With all these advantages in mind, we have develop our own learning mechanism that we call Discovery Learning.

Discovery Learning

Discovery Learning is our patent-pending learning mechanism to develop intelligent models. It is a local learning mechanism specifically designed for continuous learning. It draws on the Reinforcement Learning, Predictive Coding (i.e. World Model), and Hebbian Learning theories, and on the Appreciation Thesis, to define how the updates are performed.

It's main focus is on reproducing the same learning that is produced in a baby: a baby does not observe the world passively, or learns how the world works by observing others play with it. It learns by playing. First, it plays with its body to learn how to control the body, what are the limits, what its painful and what its pleasure. Once the baby has got a hold of its body, then it starts to play with the world, trowing things to check how gravity (and consequence) works for example.

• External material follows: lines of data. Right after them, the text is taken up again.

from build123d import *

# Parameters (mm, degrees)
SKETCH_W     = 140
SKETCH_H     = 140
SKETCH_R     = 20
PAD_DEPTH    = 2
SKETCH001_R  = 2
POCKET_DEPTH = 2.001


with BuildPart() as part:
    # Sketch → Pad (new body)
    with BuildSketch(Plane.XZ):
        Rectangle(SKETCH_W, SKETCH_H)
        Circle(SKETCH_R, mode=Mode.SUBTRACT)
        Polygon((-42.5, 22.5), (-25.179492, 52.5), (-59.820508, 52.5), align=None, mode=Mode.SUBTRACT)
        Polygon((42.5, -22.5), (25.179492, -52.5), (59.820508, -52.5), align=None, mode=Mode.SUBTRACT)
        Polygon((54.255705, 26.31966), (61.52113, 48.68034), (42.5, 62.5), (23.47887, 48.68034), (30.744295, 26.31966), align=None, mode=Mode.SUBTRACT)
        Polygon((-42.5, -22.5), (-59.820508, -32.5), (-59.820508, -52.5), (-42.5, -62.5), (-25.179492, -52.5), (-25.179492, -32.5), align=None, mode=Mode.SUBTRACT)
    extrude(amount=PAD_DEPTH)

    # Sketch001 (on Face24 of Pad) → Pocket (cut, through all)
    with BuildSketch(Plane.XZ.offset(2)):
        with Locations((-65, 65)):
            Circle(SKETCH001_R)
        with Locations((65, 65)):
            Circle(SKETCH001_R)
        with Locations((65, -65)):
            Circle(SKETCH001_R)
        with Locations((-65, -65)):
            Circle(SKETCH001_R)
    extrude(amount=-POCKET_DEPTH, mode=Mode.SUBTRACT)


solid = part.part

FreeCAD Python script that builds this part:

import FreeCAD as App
import Part
import Sketcher
Q = App.Units.Quantity

doc = App.newDocument("Part")
body = doc.addObject("PartDesign::Body", "Body")

# Sketch on XZ plane
sketch1 = doc.addObject("Sketcher::SketchObject", "Sketch")
body.addObject(sketch1)
sketch1.AttachmentSupport = (doc.XZ_Plane, [""])
sketch1.MapMode = "FlatFace"
sketch1.addGeometry([
    Part.LineSegment(App.Vector(-70, 70, 0), App.Vector(-70, -70, 0)),  # 0
    Part.LineSegment(App.Vector(-70, -70, 0), App.Vector(70, -70, 0)),  # 1
    Part.LineSegment(App.Vector(70, -70, 0), App.Vector(70, 70, 0)),  # 2
    Part.LineSegment(App.Vector(70, 70, 0), App.Vector(-70, 70, 0)),  # 3
    Part.LineSegment(App.Vector(-60, -32, 0), App.Vector(-42, -22, 0)),  # 4
    Part.LineSegment(App.Vector(-42, -22, 0), App.Vector(-25, -32, 0)),  # 5
    Part.LineSegment(App.Vector(-25, -32, 0), App.Vector(-25, -52, 0)),  # 6
    Part.LineSegment(App.Vector(-25, -52, 0), App.Vector(-42, -62, 0)),  # 7
    Part.LineSegment(App.Vector(-42, -62, 0), App.Vector(-60, -52, 0)),  # 8
    Part.LineSegment(App.Vector(-60, -52, 0), App.Vector(-60, -32, 0)),  # 9
    Part.LineSegment(App.Vector(25, -52, 0), App.Vector(42, -22, 0)),  # 10
    Part.LineSegment(App.Vector(42, -22, 0), App.Vector(60, -52, 0)),  # 11
    Part.LineSegment(App.Vector(60, -52, 0), App.Vector(25, -52, 0)),  # 12
    Part.Circle(App.Vector(0, 0, 0), App.Vector(0, 0, 1), 20),  # 13
    Part.LineSegment(App.Vector(-25, 52, 0), App.Vector(-42, 22, 0)),  # 14
    Part.LineSegment(App.Vector(-42, 22, 0), App.Vector(-60, 52, 0)),  # 15
    Part.LineSegment(App.Vector(-60, 52, 0), App.Vector(-25, 52, 0)),  # 16
    Part.LineSegment(App.Vector(62, 49, 0), App.Vector(54, 26, 0)),  # 17
    Part.LineSegment(App.Vector(54, 26, 0), App.Vector(31, 26, 0)),  # 18
    Part.LineSegment(App.Vector(31, 26, 0), App.Vector(23, 49, 0)),  # 19
    Part.LineSegment(App.Vector(23, 49, 0), App.Vector(42, 62, 0)),  # 20
    Part.LineSegment(App.Vector(42, 62, 0), App.Vector(62, 49, 0)),  # 21
], False)
sketch1.addConstraint([
    Sketcher.Constraint("Coincident", 0, 2, 1, 1),
    Sketcher.Constraint("Coincident", 1, 2, 2, 1),
    Sketcher.Constraint("Coincident", 2, 2, 3, 1),
    Sketcher.Constraint("Coincident", 3, 2, 0, 1),
    Sketcher.Constraint("Coincident", 4, 2, 5, 1),
    Sketcher.Constraint("Coincident", 5, 2, 6, 1),
    Sketcher.Constraint("Coincident", 6, 2, 7, 1),
    Sketcher.Constraint("Coincident", 7, 2, 8, 1),
    Sketcher.Constraint("Coincident", 8, 2, 9, 1),
    Sketcher.Constraint("Coincident", 9, 2, 4, 1),
    Sketcher.Constraint("Coincident", 10, 2, 11, 1),
    Sketcher.Constraint("Coincident", 11, 2, 12, 1),
    Sketcher.Constraint("Coincident", 12, 2, 10, 1),
    Sketcher.Constraint("Coincident", 14, 2, 15, 1),
    Sketcher.Constraint("Coincident", 15, 2, 16, 1),
    Sketcher.Constraint("Coincident", 16, 2, 14, 1),
    Sketcher.Constraint("Coincident", 17, 2, 18, 1),
    Sketcher.Constraint("Coincident", 18, 2, 19, 1),
    Sketcher.Constraint("Coincident", 19, 2, 20, 1),
    Sketcher.Constraint("Coincident", 20, 2, 21, 1),
    Sketcher.Constraint("Coincident", 21, 2, 17, 1),
    Sketcher.Constraint("Vertical", 0),
    Sketcher.Constraint("Horizontal", 1),
    Sketcher.Constraint("Vertical", 2),
    Sketcher.Constraint("Horizontal", 3),
    Sketcher.Constraint("Vertical", 6),
    Sketcher.Constraint("Vertical", 9),
    Sketcher.Constraint("Horizontal", 12),
    Sketcher.Constraint("Horizontal", 16),
    Sketcher.Constraint("Horizontal", 18),
    Sketcher.Constraint("Coincident", 13, 3, -1, 1),
    Sketcher.Constraint("Symmetric", 0, 2, 2, 2, -1, 1),
    Sketcher.Constraint("Symmetric", 10, 2, 14, 2, -1, 1),
    Sketcher.Constraint("Symmetric", 11, 2, 15, 2, -1, 1),
    Sketcher.Constraint("Symmetric", 7, 2, 20, 2, -1, 1),
    Sketcher.Constraint("Symmetric", 4, 2, 10, 2, -2),
    Sketcher.Constraint("Symmetric", 8, 2, 11, 2, -2),
    Sketcher.Constraint("Symmetric", 6, 2, 12, 2, -2),
    Sketcher.Constraint("Parallel", 4, 7),
    Sketcher.Constraint("Parallel", 5, 8),
    Sketcher.Constraint("Perpendicular", 8, 10),
    Sketcher.Constraint("Perpendicular", 7, 11),
    Sketcher.Constraint("Parallel", 10, 14),
    Sketcher.Constraint("Horizontal", 5, 2, 9, 2),
    Sketcher.Constraint("Horizontal", 19, 2, 21, 2),
    Sketcher.Constraint("Equal", 3, 0),
    Sketcher.Constraint("Equal", 17, 19),
    Sketcher.Constraint("Equal", 19, 20),
    Sketcher.Constraint("Equal", 20, 21),
    Sketcher.Constraint("Diameter", 13, 40.0),
    Sketcher.Constraint("DistanceX", 1, 1, 1, 2, 140.0),
    Sketcher.Constraint("DistanceY", 6, 2, 6, 1, 20.0),
    Sketcher.Constraint("Angle", 4, Q("30 deg")),
    Sketcher.Constraint("Angle", 17, Q("-107.999999 deg")),
    Sketcher.Constraint("Angle", 20, Q("36 deg")),
    Sketcher.Constraint("DistanceX", 4, 2, 10, 2, 85.0),
    Sketcher.Constraint("DistanceY", 4, 2, 14, 2, 45.0),
    Sketcher.Constraint("DistanceX", 18, 2, 18, 1, 23.51141),
])
pad1 = doc.addObject("PartDesign::Pad", "Pad")
body.addObject(pad1)
pad1.Profile = sketch1
pad1.Length = 2

# Sketch on XZ plane
sketch2 = doc.addObject("Sketcher::SketchObject", "Sketch001")
body.addObject(sketch2)
sketch2.AttachmentSupport = (doc.XZ_Plane, [""])
sketch2.MapMode = "FlatFace"
sketch2.AttachmentOffset = App.Placement(App.Vector(0, 0, 2), App.Rotation())
sketch2.addGeometry([
    Part.Circle(App.Vector(-65, 65, 0), App.Vector(0, 0, 1), 2),
    Part.Circle(App.Vector(65, 65, 0), App.Vector(0, 0, 1), 2),
    Part.Circle(App.Vector(65, -65, 0), App.Vector(0, 0, 1), 2),
    Part.Circle(App.Vector(-65, -65, 0), App.Vector(0, 0, 1), 2),
], False)
sketch2.addConstraint([
    Sketcher.Constraint("Equal", 0, 1),
    Sketcher.Constraint("Equal", 1, 2),
    Sketcher.Constraint("Equal", 2, 3),
    Sketcher.Constraint("Symmetric", 0, 3, 2, 3, -1, 1),
    Sketcher.Constraint("Symmetric", 1, 3, 3, 3, -1, 1),
    Sketcher.Constraint("Symmetric", 0, 3, 1, 3, -2),
    Sketcher.Constraint("Diameter", 0, 4.0),
    Sketcher.Constraint("DistanceX", 0, 3, -1, 1, 65.0),
    Sketcher.Constraint("DistanceY", -1, 1, 0, 3, 65.0),
])
pocket1 = doc.addObject("PartDesign::Pocket", "Pocket")
body.addObject(pocket1)
pocket1.Profile = sketch2
pocket1.Type = "ThroughAll"

doc.recompute()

To reproduce that behavior, our algorithm does not learn like traditional AI, but instead discovers: its body, its environment, its limits, its world. It does not learn physic laws, it gets an intuition of how they work by playing with them. It does not learn to solve problems, it gets an intuition of how to solve them by playing with their components.

All of this is possible thanks to the intrinsic reward we developed inspired by the Free Energy Principle of Karl Friston, and the Learning Progress Hypothesis of Pierre-Yves Oudeyer. With this reward, there is no need to define a task reward from the outside to drive an agent's learning, but instead the agent will learn to solve the problem based on the intrinsic reward it finds in acquiring knowledge.

Finally, with this approach, our algorithm is able to learn "on the fly" how to control its body, how to solve problems, and how to reason, without needing costly pre-training processes, or any efforts to collect huge amounts of data. It just needs its body and its environment, and the Discovery Learning makes the rest.

Models

Once we have lay out the pieces of the puzzle (i.e. an Embodiment, and a Discovery Learning mechanism), it is clear that the traditional unit of computation used by most machine learning algorithms is not enough. The neuron used in the Artificial Neural Networks is ill suited to develop an embodied algorithm that learns locally and continuously. Hence, we needed to develop our own patent-pending computational unit, that we called Cortical Computational Unit (CCU).

This CCU is inspired by the definition of a cortical column in the Thousand Brains Theory of Jeff Hawkins, and as such it has connections in three key directions: down, to CCUs from the immediate lower level of the architecture; up, to the CCUs from the immediate higher level of the architecture; and lateral, to all the CCUs in its same level of the architecture.

With this unit, we can stack layers of CCUs, from the bottom layer that connects with the embodiment and process the most urgent, quick reaction inputs, to the top layer that process the reasoning and long term planning. These layers are organised in a stack where the input and output are at the bottom, allowing this bottom layer to be already capable of executing basic reactive agent policies. The goal of the upper layers is then to give depth to these policies, allowing for the creation of abstractions, the disregard of some inputs, the focus on others, etc... This in turn facilitates stability and avoids catastrophic forgetting by storing more general information in the upper levels of the stack.

A key fact here is that our algorithm creates new CCUs, and with them new layers, when needed. This allows for a dynamic development of the stack that better fits the specific body the algorithm is controlling. Hence allowing us to control any kind of body with the same algorithm, that will build a body-specific model by playing with the body and its environment.

Finally, a careful integration of the Discovery Learning mechanism into this architecture allows for the development of our Embodied Discovery Models, the next step in the road to Artificial General Intelligence.